[Saved entries]
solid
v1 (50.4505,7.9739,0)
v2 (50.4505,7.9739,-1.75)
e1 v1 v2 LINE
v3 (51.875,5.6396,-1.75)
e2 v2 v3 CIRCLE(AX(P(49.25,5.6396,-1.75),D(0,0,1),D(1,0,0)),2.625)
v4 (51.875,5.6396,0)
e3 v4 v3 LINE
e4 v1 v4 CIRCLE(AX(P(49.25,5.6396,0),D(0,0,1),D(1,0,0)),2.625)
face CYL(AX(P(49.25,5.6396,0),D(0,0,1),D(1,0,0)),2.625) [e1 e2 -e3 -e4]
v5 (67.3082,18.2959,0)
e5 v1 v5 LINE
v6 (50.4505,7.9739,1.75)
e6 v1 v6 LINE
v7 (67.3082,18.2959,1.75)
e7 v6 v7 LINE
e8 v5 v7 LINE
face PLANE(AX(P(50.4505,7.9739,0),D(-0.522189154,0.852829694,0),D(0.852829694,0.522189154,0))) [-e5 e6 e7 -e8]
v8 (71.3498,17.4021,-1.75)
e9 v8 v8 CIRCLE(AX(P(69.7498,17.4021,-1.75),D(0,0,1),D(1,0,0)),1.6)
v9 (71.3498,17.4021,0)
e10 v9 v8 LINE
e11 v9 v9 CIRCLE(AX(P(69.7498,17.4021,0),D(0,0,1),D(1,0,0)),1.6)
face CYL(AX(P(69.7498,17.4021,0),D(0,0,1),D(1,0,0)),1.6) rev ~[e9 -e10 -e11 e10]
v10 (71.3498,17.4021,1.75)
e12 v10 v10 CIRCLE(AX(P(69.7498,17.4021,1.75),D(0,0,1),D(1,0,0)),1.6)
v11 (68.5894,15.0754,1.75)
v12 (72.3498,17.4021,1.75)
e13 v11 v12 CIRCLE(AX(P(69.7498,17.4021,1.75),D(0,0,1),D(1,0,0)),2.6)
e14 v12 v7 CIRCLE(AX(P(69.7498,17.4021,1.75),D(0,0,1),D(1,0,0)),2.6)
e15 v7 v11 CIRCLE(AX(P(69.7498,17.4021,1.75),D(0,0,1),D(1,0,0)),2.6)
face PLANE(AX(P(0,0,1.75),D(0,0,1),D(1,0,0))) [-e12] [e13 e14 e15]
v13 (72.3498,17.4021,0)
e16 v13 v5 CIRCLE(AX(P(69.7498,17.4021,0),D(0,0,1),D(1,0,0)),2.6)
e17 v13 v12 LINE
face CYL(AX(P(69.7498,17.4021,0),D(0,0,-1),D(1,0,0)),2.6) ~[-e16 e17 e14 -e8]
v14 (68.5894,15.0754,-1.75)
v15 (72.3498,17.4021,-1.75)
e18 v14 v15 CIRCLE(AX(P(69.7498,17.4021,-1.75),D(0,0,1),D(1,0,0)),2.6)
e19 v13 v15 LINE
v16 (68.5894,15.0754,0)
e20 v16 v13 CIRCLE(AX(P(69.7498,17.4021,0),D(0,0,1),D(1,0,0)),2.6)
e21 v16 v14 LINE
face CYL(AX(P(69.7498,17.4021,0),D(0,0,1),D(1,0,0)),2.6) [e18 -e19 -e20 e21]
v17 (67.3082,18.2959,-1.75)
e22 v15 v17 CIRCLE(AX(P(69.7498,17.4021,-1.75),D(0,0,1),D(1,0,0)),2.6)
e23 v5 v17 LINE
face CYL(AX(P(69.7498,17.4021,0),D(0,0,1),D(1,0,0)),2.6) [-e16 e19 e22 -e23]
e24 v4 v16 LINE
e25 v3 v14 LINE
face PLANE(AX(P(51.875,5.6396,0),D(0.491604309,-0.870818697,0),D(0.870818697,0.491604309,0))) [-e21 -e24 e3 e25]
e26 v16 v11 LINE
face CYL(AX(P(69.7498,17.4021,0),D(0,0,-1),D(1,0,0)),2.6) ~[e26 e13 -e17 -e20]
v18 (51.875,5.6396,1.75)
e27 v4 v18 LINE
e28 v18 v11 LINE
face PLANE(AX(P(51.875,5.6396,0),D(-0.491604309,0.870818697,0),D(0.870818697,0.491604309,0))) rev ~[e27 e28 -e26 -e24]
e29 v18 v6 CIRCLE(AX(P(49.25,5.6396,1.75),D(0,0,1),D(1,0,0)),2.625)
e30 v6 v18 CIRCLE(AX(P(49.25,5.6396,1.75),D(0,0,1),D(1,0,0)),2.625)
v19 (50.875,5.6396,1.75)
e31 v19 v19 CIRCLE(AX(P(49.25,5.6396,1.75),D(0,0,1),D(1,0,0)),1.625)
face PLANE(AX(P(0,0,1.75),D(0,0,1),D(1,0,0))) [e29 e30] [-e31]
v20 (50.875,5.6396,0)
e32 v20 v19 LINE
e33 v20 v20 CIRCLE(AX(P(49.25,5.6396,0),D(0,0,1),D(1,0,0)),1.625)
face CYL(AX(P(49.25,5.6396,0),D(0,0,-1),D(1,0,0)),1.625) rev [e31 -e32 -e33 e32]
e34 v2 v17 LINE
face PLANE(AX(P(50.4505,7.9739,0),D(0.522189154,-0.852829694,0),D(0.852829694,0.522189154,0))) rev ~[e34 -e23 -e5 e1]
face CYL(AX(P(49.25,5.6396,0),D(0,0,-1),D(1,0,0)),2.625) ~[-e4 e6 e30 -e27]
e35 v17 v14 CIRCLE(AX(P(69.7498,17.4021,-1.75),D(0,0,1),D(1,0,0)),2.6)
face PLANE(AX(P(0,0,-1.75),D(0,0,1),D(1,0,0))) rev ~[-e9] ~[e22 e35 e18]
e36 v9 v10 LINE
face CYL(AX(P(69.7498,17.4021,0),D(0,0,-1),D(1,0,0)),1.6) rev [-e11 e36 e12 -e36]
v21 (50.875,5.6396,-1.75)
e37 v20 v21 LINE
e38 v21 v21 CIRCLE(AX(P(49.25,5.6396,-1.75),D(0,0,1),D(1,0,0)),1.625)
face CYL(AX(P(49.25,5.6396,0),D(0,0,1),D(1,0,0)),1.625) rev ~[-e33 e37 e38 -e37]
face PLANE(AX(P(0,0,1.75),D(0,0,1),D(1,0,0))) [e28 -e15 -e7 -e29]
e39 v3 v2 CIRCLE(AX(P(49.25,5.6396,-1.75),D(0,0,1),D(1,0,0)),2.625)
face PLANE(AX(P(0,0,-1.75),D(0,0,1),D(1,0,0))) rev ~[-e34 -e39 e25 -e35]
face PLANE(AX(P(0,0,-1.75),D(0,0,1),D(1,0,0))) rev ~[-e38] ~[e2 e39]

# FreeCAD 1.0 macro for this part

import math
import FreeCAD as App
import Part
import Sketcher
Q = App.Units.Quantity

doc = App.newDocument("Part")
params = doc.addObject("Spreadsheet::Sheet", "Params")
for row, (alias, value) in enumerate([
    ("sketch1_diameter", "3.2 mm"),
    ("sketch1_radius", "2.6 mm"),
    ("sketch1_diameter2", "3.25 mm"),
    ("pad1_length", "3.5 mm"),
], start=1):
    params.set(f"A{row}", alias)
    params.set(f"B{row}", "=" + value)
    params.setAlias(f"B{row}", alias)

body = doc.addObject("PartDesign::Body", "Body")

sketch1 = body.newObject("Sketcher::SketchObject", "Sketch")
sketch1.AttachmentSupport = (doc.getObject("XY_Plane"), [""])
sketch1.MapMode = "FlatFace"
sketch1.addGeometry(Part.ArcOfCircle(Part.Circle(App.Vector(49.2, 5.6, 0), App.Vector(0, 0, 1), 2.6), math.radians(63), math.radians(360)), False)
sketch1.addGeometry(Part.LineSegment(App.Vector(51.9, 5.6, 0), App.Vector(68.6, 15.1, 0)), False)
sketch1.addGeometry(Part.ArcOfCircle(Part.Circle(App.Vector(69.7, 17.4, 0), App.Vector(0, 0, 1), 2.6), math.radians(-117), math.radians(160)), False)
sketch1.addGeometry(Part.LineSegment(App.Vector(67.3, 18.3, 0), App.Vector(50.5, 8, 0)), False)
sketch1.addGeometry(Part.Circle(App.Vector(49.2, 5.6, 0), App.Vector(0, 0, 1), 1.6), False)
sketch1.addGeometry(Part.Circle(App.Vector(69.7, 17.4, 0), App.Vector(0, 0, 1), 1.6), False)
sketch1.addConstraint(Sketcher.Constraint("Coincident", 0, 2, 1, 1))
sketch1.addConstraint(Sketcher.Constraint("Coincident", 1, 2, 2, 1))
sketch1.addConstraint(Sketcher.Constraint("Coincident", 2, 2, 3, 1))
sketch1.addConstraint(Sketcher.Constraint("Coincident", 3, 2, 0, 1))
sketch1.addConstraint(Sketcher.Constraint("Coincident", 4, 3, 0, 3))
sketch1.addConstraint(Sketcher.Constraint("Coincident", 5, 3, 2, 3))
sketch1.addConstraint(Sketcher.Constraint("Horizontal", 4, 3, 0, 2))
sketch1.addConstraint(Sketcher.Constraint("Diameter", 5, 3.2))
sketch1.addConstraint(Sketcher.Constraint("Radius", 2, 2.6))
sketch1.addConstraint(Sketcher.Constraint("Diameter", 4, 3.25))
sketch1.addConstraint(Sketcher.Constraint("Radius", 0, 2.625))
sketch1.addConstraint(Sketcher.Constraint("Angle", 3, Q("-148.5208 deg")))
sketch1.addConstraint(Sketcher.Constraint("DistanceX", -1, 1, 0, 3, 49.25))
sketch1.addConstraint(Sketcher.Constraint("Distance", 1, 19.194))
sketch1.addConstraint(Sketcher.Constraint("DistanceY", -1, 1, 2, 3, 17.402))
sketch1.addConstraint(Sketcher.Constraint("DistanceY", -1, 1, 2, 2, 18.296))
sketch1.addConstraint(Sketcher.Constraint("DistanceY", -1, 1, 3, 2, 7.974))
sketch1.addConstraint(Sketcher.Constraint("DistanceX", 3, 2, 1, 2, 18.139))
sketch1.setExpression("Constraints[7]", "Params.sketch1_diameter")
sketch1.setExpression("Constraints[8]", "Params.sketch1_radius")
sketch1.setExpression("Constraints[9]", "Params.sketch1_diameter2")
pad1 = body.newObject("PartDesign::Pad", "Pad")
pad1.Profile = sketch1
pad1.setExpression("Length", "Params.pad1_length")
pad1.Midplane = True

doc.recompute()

• **Activity**: Only the lines above from the one with "e8 v5 v7 LINE" up to and including the one with "face CYL(AX(P(69.7498,17.4021,0),D(0,0,1),D(1,0,0)),2.6) [e18" should be repeated, exactly as written.

• **Written answer**:
e8 v5 v7 LINE
face PLANE(AX(P(50.4505,7.9739,0),D(-0.522189154,0.852829694,0),D(0.852829694,0.522189154,0))) [-e5 e6 e7 -e8]
v8 (71.3498,17.4021,-1.75)
e9 v8 v8 CIRCLE(AX(P(69.7498,17.4021,-1.75),D(0,0,1),D(1,0,0)),1.6)
v9 (71.3498,17.4021,0)
e10 v9 v8 LINE
e11 v9 v9 CIRCLE(AX(P(69.7498,17.4021,0),D(0,0,1),D(1,0,0)),1.6)
face CYL(AX(P(69.7498,17.4021,0),D(0,0,1),D(1,0,0)),1.6) rev ~[e9 -e10 -e11 e10]
v10 (71.3498,17.4021,1.75)
e12 v10 v10 CIRCLE(AX(P(69.7498,17.4021,1.75),D(0,0,1),D(1,0,0)),1.6)
v11 (68.5894,15.0754,1.75)
v12 (72.3498,17.4021,1.75)
e13 v11 v12 CIRCLE(AX(P(69.7498,17.4021,1.75),D(0,0,1),D(1,0,0)),2.6)
e14 v12 v7 CIRCLE(AX(P(69.7498,17.4021,1.75),D(0,0,1),D(1,0,0)),2.6)
e15 v7 v11 CIRCLE(AX(P(69.7498,17.4021,1.75),D(0,0,1),D(1,0,0)),2.6)
face PLANE(AX(P(0,0,1.75),D(0,0,1),D(1,0,0))) [-e12] [e13 e14 e15]
v13 (72.3498,17.4021,0)
e16 v13 v5 CIRCLE(AX(P(69.7498,17.4021,0),D(0,0,1),D(1,0,0)),2.6)
e17 v13 v12 LINE
face CYL(AX(P(69.7498,17.4021,0),D(0,0,-1),D(1,0,0)),2.6) ~[-e16 e17 e14 -e8]
v14 (68.5894,15.0754,-1.75)
v15 (72.3498,17.4021,-1.75)
e18 v14 v15 CIRCLE(AX(P(69.7498,17.4021,-1.75),D(0,0,1),D(1,0,0)),2.6)
e19 v13 v15 LINE
v16 (68.5894,15.0754,0)
e20 v16 v13 CIRCLE(AX(P(69.7498,17.4021,0),D(0,0,1),D(1,0,0)),2.6)
e21 v16 v14 LINE
face CYL(AX(P(69.7498,17.4021,0),D(0,0,1),D(1,0,0)),2.6) [e18 -e19 -e20 e21]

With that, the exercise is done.